A construção e a queda do Muro de Berlim

No dia 9 de Novembro de 1989, o Muro de Berlim começava a ser derrubado. Ele existia desde 1961 e tem longa história. Após a Segunda Guerra Mundial, o que restou da Alemanha foi dividido em quatro zonas de ocupação, cada uma controlada por uma das quatro potências aliadas: Estados Unidos, Reino Unido, França e União Soviética.

A divisão da Alemanha no pós-guerra | Imagem: Wikipedia

A capital, Berlim, ficava no interior da zona soviética e foi igualmente dividida em quatro setores.

A divisão da capital, Berlim | Imagem: Wikipedia

Nos dois anos subsequentes, ocorreram desentendimentos entre os soviéticos e as outras potências de ocupação, incluindo a recusa dos primeiros a participarem dos planos de reconstrução de uma Alemanha autossuficiente. Enquanto isso, Joseph Stalin foi construindo um cinturão protetor da União Soviética através de países satélites em sua fronteira ocidental. O Bloco do Leste — também chamado de Pacto de Varsóvia e no Ocidente de Cortina de Ferro — incluía Polônia, Hungria, Tchecoslováquia, Romênia, Bulgária e Albânia (até meados dos anos 60). Fora do Leste Europeu, Mongólia, Cuba, Vietnã e Coreia do Norte, eram algumas vezes considerados como parte do bloco.

Em 1945, Stalin imaginava — e revelou aos líderes alemães sob seu controle — que enfraqueceria lentamente a posição britânica em sua zona de ocupação, que os Estados Unidos iriam retirar sua ocupação dentro de um ano ou dois e que, em seguida, nada ficaria no caminho de uma Alemanha unificada sob controle soviético.

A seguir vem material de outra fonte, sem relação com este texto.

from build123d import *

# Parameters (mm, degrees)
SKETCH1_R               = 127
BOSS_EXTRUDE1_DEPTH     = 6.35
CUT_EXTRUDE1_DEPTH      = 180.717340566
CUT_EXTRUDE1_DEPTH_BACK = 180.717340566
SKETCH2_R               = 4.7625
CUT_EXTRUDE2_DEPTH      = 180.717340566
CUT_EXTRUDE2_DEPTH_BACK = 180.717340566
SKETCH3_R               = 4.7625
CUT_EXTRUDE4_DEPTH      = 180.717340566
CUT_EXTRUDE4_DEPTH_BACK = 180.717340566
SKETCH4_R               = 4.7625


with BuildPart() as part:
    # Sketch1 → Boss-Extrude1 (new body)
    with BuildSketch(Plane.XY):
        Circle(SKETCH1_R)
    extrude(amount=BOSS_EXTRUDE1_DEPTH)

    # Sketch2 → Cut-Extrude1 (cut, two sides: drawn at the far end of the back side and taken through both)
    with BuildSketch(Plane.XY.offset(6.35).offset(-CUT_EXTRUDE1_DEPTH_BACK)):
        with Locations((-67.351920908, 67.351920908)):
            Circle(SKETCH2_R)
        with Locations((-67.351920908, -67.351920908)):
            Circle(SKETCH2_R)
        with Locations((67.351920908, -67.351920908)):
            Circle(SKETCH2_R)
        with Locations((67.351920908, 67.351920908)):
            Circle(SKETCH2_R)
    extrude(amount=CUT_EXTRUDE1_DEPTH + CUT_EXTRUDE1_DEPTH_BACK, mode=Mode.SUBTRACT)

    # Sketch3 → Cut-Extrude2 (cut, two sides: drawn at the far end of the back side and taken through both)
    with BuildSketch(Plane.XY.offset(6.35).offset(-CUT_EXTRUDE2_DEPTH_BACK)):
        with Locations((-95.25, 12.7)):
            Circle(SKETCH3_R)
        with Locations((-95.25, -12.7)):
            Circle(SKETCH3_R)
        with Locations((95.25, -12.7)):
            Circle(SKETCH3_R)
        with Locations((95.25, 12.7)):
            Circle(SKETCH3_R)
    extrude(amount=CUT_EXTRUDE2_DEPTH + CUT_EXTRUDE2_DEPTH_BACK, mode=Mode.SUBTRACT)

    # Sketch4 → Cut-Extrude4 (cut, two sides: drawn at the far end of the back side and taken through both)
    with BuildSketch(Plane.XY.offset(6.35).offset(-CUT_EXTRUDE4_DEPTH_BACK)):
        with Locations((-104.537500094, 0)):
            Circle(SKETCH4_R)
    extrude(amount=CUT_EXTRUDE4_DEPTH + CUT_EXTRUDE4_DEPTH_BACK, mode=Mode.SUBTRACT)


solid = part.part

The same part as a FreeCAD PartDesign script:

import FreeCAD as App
import Part
import Sketcher
from FreeCAD import Vector
Q = App.Units.Quantity

doc = App.newDocument("Part")
body = doc.addObject("PartDesign::Body", "Body")

# Sketch on XY plane
sketch1 = doc.addObject("Sketcher::SketchObject", "Sketch")
body.addObject(sketch1)
sketch1.AttachmentSupport = (doc.XY_Plane, [""])
sketch1.MapMode = "FlatFace"
sketch1.addGeometry(Part.Circle(Vector(0, 0, 0), Vector(0, 0, 1), 127), False)
sketch1.addConstraint(Sketcher.Constraint("Coincident", 0, 3, -1, 1))
sketch1.addConstraint(Sketcher.Constraint("Diameter", 0, Q("10 in")))
pad1 = doc.addObject("PartDesign::Pad", "Pad")
body.addObject(pad1)
pad1.Profile = sketch1
pad1.Length = Q("0.25 in")

# Sketch on XY plane
sketch2 = doc.addObject("Sketcher::SketchObject", "Sketch001")
body.addObject(sketch2)
sketch2.AttachmentSupport = (doc.XY_Plane, [""])
sketch2.MapMode = "FlatFace"
sketch2.AttachmentOffset = App.Placement(Vector(0, 0, 0.25 * 25.4), App.Rotation())
sketch2.addGeometry(Part.Circle(Vector(-67.4, 67.4, 0), Vector(0, 0, 1), 4.8), False)
sketch2.addGeometry(Part.Circle(Vector(-67.4, -67.4, 0), Vector(0, 0, 1), 4.8), False)
sketch2.addGeometry(Part.Circle(Vector(67.4, -67.4, 0), Vector(0, 0, 1), 4.8), False)
sketch2.addGeometry(Part.Circle(Vector(67.4, 67.4, 0), Vector(0, 0, 1), 4.8), False)
sketch2.addConstraint(Sketcher.Constraint("Equal", 0, 1))
sketch2.addConstraint(Sketcher.Constraint("Equal", 1, 2))
sketch2.addConstraint(Sketcher.Constraint("Equal", 2, 3))
sketch2.addConstraint(Sketcher.Constraint("Symmetric", 0, 3, 2, 3, -1, 1))
sketch2.addConstraint(Sketcher.Constraint("Symmetric", 1, 3, 3, 3, -1, 1))
sketch2.addConstraint(Sketcher.Constraint("Symmetric", 1, 3, 2, 3, -2))
sketch2.addConstraint(Sketcher.Constraint("Diameter", 0, Q("0.375 in")))
sketch2.addConstraint(Sketcher.Constraint("DistanceX", 0, 3, -1, 1, Q("67.351921 mm")))
sketch2.addConstraint(Sketcher.Constraint("DistanceY", -1, 1, 0, 3, Q("67.351921 mm")))
pocket1 = doc.addObject("PartDesign::Pocket", "Pocket")
body.addObject(pocket1)
pocket1.Profile = sketch2
pocket1.Type = "ThroughAll"
pocket1.Midplane = True

# Sketch on XY plane
sketch3 = doc.addObject("Sketcher::SketchObject", "Sketch002")
body.addObject(sketch3)
sketch3.AttachmentSupport = (doc.XY_Plane, [""])
sketch3.MapMode = "FlatFace"
sketch3.AttachmentOffset = App.Placement(Vector(0, 0, 0.25 * 25.4), App.Rotation())
sketch3.addGeometry(Part.Circle(Vector(-95.2, 12.7, 0), Vector(0, 0, 1), 4.8), False)
sketch3.addGeometry(Part.Circle(Vector(-95.2, -12.7, 0), Vector(0, 0, 1), 4.8), False)
sketch3.addGeometry(Part.Circle(Vector(95.2, -12.7, 0), Vector(0, 0, 1), 4.8), False)
sketch3.addGeometry(Part.Circle(Vector(95.2, 12.7, 0), Vector(0, 0, 1), 4.8), False)
sketch3.addConstraint(Sketcher.Constraint("Equal", 0, 1))
sketch3.addConstraint(Sketcher.Constraint("Equal", 1, 2))
sketch3.addConstraint(Sketcher.Constraint("Equal", 2, 3))
sketch3.addConstraint(Sketcher.Constraint("Symmetric", 0, 3, 2, 3, -1, 1))
sketch3.addConstraint(Sketcher.Constraint("Symmetric", 1, 3, 3, 3, -1, 1))
sketch3.addConstraint(Sketcher.Constraint("Symmetric", 1, 3, 2, 3, -2))
sketch3.addConstraint(Sketcher.Constraint("Diameter", 0, Q("0.375 in")))
sketch3.addConstraint(Sketcher.Constraint("DistanceY", 1, 3, 0, 3, Q("1 in")))
sketch3.addConstraint(Sketcher.Constraint("DistanceX", 1, 3, 2, 3, Q("7.5 in")))
pocket2 = doc.addObject("PartDesign::Pocket", "Pocket001")
body.addObject(pocket2)
pocket2.Profile = sketch3
pocket2.Type = "ThroughAll"
pocket2.Midplane = True

# Sketch on XY plane
sketch4 = doc.addObject("Sketcher::SketchObject", "Sketch003")
body.addObject(sketch4)
sketch4.AttachmentSupport = (doc.XY_Plane, [""])
sketch4.MapMode = "FlatFace"
sketch4.AttachmentOffset = App.Placement(Vector(0, 0, 0.25 * 25.4), App.Rotation())
sketch4.addGeometry(Part.Circle(Vector(-104.5, 0, 0), Vector(0, 0, 1), 4.8), False)
sketch4.addConstraint(Sketcher.Constraint("PointOnObject", 0, 3, -1))
sketch4.addConstraint(Sketcher.Constraint("Diameter", 0, Q("0.375 in")))
sketch4.addConstraint(Sketcher.Constraint("DistanceX", 0, 3, -1, 1, Q("104.5375 mm")))
pocket3 = doc.addObject("PartDesign::Pocket", "Pocket002")
body.addObject(pocket3)
pocket3.Profile = sketch4
pocket3.Type = "ThroughAll"
pocket3.Midplane = True

doc.recompute()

Nada disso ocorreu e, em 1948, Stalin instituiu o Bloqueio de Berlim, impedindo que alimentos, materiais e suprimentos pudessem chegar a Berlim Ocidental. Os Estados Unidos, Reino Unido, França, Canadá, Austrália, Nova Zelândia e vários outros países começaram uma imensa “ponte aérea para Berlim”, fornecendo alimentos e outros suprimentos à parte da cidade controlada pelo Ocidente. Em maio de 1949, Stalin acabou com o bloqueio, permitindo a retomada dos embarques por terra do Ocidente para Berlim.

Animação: Mao, Stalin e Ulbricht — líder da RDA –, na festa de 70 anos do segundo.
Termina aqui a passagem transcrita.